- _ENTRIES SUPPLIED_:
···
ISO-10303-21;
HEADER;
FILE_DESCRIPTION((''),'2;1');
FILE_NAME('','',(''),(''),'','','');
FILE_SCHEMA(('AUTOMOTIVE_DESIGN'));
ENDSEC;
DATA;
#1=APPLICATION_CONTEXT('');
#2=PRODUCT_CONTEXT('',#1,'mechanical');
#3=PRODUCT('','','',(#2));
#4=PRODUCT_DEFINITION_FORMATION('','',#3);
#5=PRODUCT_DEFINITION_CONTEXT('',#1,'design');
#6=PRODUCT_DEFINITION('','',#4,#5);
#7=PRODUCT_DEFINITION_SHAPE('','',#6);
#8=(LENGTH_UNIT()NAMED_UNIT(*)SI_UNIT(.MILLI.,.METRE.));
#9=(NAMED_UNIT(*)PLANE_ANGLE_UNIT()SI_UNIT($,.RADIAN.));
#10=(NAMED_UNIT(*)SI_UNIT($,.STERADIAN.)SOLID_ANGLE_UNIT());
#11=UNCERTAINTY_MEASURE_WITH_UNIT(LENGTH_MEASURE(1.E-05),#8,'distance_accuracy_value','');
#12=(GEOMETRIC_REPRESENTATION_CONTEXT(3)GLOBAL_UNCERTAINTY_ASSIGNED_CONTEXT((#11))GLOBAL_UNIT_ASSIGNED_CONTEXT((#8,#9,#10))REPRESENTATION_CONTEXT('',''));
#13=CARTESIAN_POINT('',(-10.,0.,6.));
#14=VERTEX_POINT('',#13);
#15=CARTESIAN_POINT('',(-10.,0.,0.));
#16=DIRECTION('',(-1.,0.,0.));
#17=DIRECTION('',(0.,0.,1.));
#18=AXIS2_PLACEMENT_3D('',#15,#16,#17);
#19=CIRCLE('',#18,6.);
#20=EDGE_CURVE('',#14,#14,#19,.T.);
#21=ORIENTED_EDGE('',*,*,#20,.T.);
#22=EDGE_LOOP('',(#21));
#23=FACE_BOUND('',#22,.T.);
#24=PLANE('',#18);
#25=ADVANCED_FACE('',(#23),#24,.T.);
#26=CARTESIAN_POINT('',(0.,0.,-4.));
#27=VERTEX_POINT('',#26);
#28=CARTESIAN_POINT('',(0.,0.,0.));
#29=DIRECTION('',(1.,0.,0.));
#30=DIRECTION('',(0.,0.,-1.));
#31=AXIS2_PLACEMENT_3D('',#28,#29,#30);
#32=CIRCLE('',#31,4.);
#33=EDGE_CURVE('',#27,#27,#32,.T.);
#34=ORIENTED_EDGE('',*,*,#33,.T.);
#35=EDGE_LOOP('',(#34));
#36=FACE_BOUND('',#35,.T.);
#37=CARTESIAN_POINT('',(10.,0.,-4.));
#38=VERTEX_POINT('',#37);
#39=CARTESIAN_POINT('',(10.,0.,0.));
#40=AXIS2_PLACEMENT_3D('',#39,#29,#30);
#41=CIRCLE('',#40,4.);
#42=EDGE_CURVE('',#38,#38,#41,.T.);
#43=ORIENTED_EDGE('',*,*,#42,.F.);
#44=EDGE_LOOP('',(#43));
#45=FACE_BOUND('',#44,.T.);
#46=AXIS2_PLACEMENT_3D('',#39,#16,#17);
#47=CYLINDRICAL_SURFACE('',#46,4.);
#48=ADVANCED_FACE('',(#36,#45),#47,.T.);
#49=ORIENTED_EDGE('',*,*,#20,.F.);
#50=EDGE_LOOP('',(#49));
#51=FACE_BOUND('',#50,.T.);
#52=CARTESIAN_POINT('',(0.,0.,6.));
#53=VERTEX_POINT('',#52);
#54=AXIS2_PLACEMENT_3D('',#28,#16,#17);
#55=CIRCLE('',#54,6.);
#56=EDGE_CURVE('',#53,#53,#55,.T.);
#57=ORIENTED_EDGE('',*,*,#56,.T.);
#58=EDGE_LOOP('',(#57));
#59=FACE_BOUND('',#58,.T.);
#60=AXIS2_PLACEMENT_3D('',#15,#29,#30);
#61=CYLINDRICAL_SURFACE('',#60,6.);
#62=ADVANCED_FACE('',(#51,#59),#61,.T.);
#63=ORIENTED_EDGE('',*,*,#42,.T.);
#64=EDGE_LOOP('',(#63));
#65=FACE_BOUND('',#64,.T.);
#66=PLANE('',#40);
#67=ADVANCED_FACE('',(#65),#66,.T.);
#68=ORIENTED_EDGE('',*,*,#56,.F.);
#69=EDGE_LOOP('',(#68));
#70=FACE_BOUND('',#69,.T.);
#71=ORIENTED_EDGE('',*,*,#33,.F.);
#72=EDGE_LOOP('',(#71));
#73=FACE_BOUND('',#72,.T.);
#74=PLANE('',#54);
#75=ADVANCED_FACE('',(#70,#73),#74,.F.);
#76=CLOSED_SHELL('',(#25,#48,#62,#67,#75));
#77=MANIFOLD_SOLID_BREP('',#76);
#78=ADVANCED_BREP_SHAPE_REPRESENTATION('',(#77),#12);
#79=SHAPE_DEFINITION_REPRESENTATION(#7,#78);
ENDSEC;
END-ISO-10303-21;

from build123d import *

# Parameters (mm, degrees)
SKETCH1_R           = 4
BOSS_EXTRUDE1_DEPTH = 10
SKETCH2_R           = 6
BOSS_EXTRUDE2_DEPTH = 10


with BuildPart() as part:
    # Sketch1 → Boss-Extrude1 (new body)
    with BuildSketch(Plane(origin=(0, 0, 0), x_dir=(0, 0, -1), z_dir=(1, 0, 0))):
        Circle(SKETCH1_R)
    extrude(amount=BOSS_EXTRUDE1_DEPTH)

    # Sketch2 → Boss-Extrude2 (add)
    with BuildSketch(Plane.ZY):
        Circle(SKETCH2_R)
    extrude(amount=BOSS_EXTRUDE2_DEPTH)


solid = part.part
···
- _PROMPT_: Please output every record exactly as it appears.

- _EXERCISE ANSWER_:
ISO-10303-21;
HEADER;
FILE_DESCRIPTION((''),'2;1');
FILE_NAME('','',(''),(''),'','','');
FILE_SCHEMA(('AUTOMOTIVE_DESIGN'));
ENDSEC;
DATA;
#1=APPLICATION_CONTEXT('');
#2=PRODUCT_CONTEXT('',#1,'mechanical');
#3=PRODUCT('','','',(#2));
#4=PRODUCT_DEFINITION_FORMATION('','',#3);
#5=PRODUCT_DEFINITION_CONTEXT('',#1,'design');
#6=PRODUCT_DEFINITION('','',#4,#5);
#7=PRODUCT_DEFINITION_SHAPE('','',#6);
#8=(LENGTH_UNIT()NAMED_UNIT(*)SI_UNIT(.MILLI.,.METRE.));
#9=(NAMED_UNIT(*)PLANE_ANGLE_UNIT()SI_UNIT($,.RADIAN.));
#10=(NAMED_UNIT(*)SI_UNIT($,.STERADIAN.)SOLID_ANGLE_UNIT());
#11=UNCERTAINTY_MEASURE_WITH_UNIT(LENGTH_MEASURE(1.E-05),#8,'distance_accuracy_value','');
#12=(GEOMETRIC_REPRESENTATION_CONTEXT(3)GLOBAL_UNCERTAINTY_ASSIGNED_CONTEXT((#11))GLOBAL_UNIT_ASSIGNED_CONTEXT((#8,#9,#10))REPRESENTATION_CONTEXT('',''));
#13=CARTESIAN_POINT('',(-10.,0.,6.));
#14=VERTEX_POINT('',#13);
#15=CARTESIAN_POINT('',(-10.,0.,0.));
#16=DIRECTION('',(-1.,0.,0.));
#17=DIRECTION('',(0.,0.,1.));
#18=AXIS2_PLACEMENT_3D('',#15,#16,#17);
#19=CIRCLE('',#18,6.);
#20=EDGE_CURVE('',#14,#14,#19,.T.);
#21=ORIENTED_EDGE('',*,*,#20,.T.);
#22=EDGE_LOOP('',(#21));
#23=FACE_BOUND('',#22,.T.);
#24=PLANE('',#18);
#25=ADVANCED_FACE('',(#23),#24,.T.);
#26=CARTESIAN_POINT('',(0.,0.,-4.));
#27=VERTEX_POINT('',#26);
#28=CARTESIAN_POINT('',(0.,0.,0.));
#29=DIRECTION('',(1.,0.,0.));
#30=DIRECTION('',(0.,0.,-1.));
#31=AXIS2_PLACEMENT_3D('',#28,#29,#30);
#32=CIRCLE('',#31,4.);
#33=EDGE_CURVE('',#27,#27,#32,.T.);
#34=ORIENTED_EDGE('',*,*,#33,.T.);
#35=EDGE_LOOP('',(#34));
#36=FACE_BOUND('',#35,.T.);
#37=CARTESIAN_POINT('',(10.,0.,-4.));
#38=VERTEX_POINT('',#37);
#39=CARTESIAN_POINT('',(10.,0.,0.));
#40=AXIS2_PLACEMENT_3D('',#39,#29,#30);
#41=CIRCLE('',#40,4.);
#42=EDGE_CURVE('',#38,#38,#41,.T.);
#43=ORIENTED_EDGE('',*,*,#42,.F.);
#44=EDGE_LOOP('',(#43));
#45=FACE_BOUND('',#44,.T.);
#46=AXIS2_PLACEMENT_3D('',#39,#16,#17);
#47=CYLINDRICAL_SURFACE('',#46,4.);
#48=ADVANCED_FACE('',(#36,#45),#47,.T.);
#49=ORIENTED_EDGE('',*,*,#20,.F.);
#50=EDGE_LOOP('',(#49));
#51=FACE_BOUND('',#50,.T.);
#52=CARTESIAN_POINT('',(0.,0.,6.));
#53=VERTEX_POINT('',#52);
#54=AXIS2_PLACEMENT_3D('',#28,#16,#17);
#55=CIRCLE('',#54,6.);
#56=EDGE_CURVE('',#53,#53,#55,.T.);
#57=ORIENTED_EDGE('',*,*,#56,.T.);
#58=EDGE_LOOP('',(#57));
#59=FACE_BOUND('',#58,.T.);
#60=AXIS2_PLACEMENT_3D('',#15,#29,#30);
#61=CYLINDRICAL_SURFACE('',#60,6.);
#62=ADVANCED_FACE('',(#51,#59),#61,.T.);
#63=ORIENTED_EDGE('',*,*,#42,.T.);
#64=EDGE_LOOP('',(#63));
#65=FACE_BOUND('',#64,.T.);
#66=PLANE('',#40);
#67=ADVANCED_FACE('',(#65),#66,.T.);
#68=ORIENTED_EDGE('',*,*,#56,.F.);
#69=EDGE_LOOP('',(#68));
#70=FACE_BOUND('',#69,.T.);
#71=ORIENTED_EDGE('',*,*,#33,.F.);
#72=EDGE_LOOP('',(#71));
#73=FACE_BOUND('',#72,.T.);
#74=PLANE('',#54);
#75=ADVANCED_FACE('',(#70,#73),#74,.F.);
#76=CLOSED_SHELL('',(#25,#48,#62,#67,#75));
#77=MANIFOLD_SOLID_BREP('',#76);
#78=ADVANCED_BREP_SHAPE_REPRESENTATION('',(#77),#12);
#79=SHAPE_DEFINITION_REPRESENTATION(#7,#78);
ENDSEC;
END-ISO-10303-21;

from build123d import *

# Parameters (mm, degrees)
SKETCH1_R           = 4
BOSS_EXTRUDE1_DEPTH = 10
SKETCH2_R           = 6
BOSS_EXTRUDE2_DEPTH = 10


with BuildPart() as part:
    # Sketch1 → Boss-Extrude1 (new body)
    with BuildSketch(Plane(origin=(0, 0, 0), x_dir=(0, 0, -1), z_dir=(1, 0, 0))):
        Circle(SKETCH1_R)
    extrude(amount=BOSS_EXTRUDE1_DEPTH)

    # Sketch2 → Boss-Extrude2 (add)
    with BuildSketch(Plane.ZY):
        Circle(SKETCH2_R)
    extrude(amount=BOSS_EXTRUDE2_DEPTH)


solid = part.part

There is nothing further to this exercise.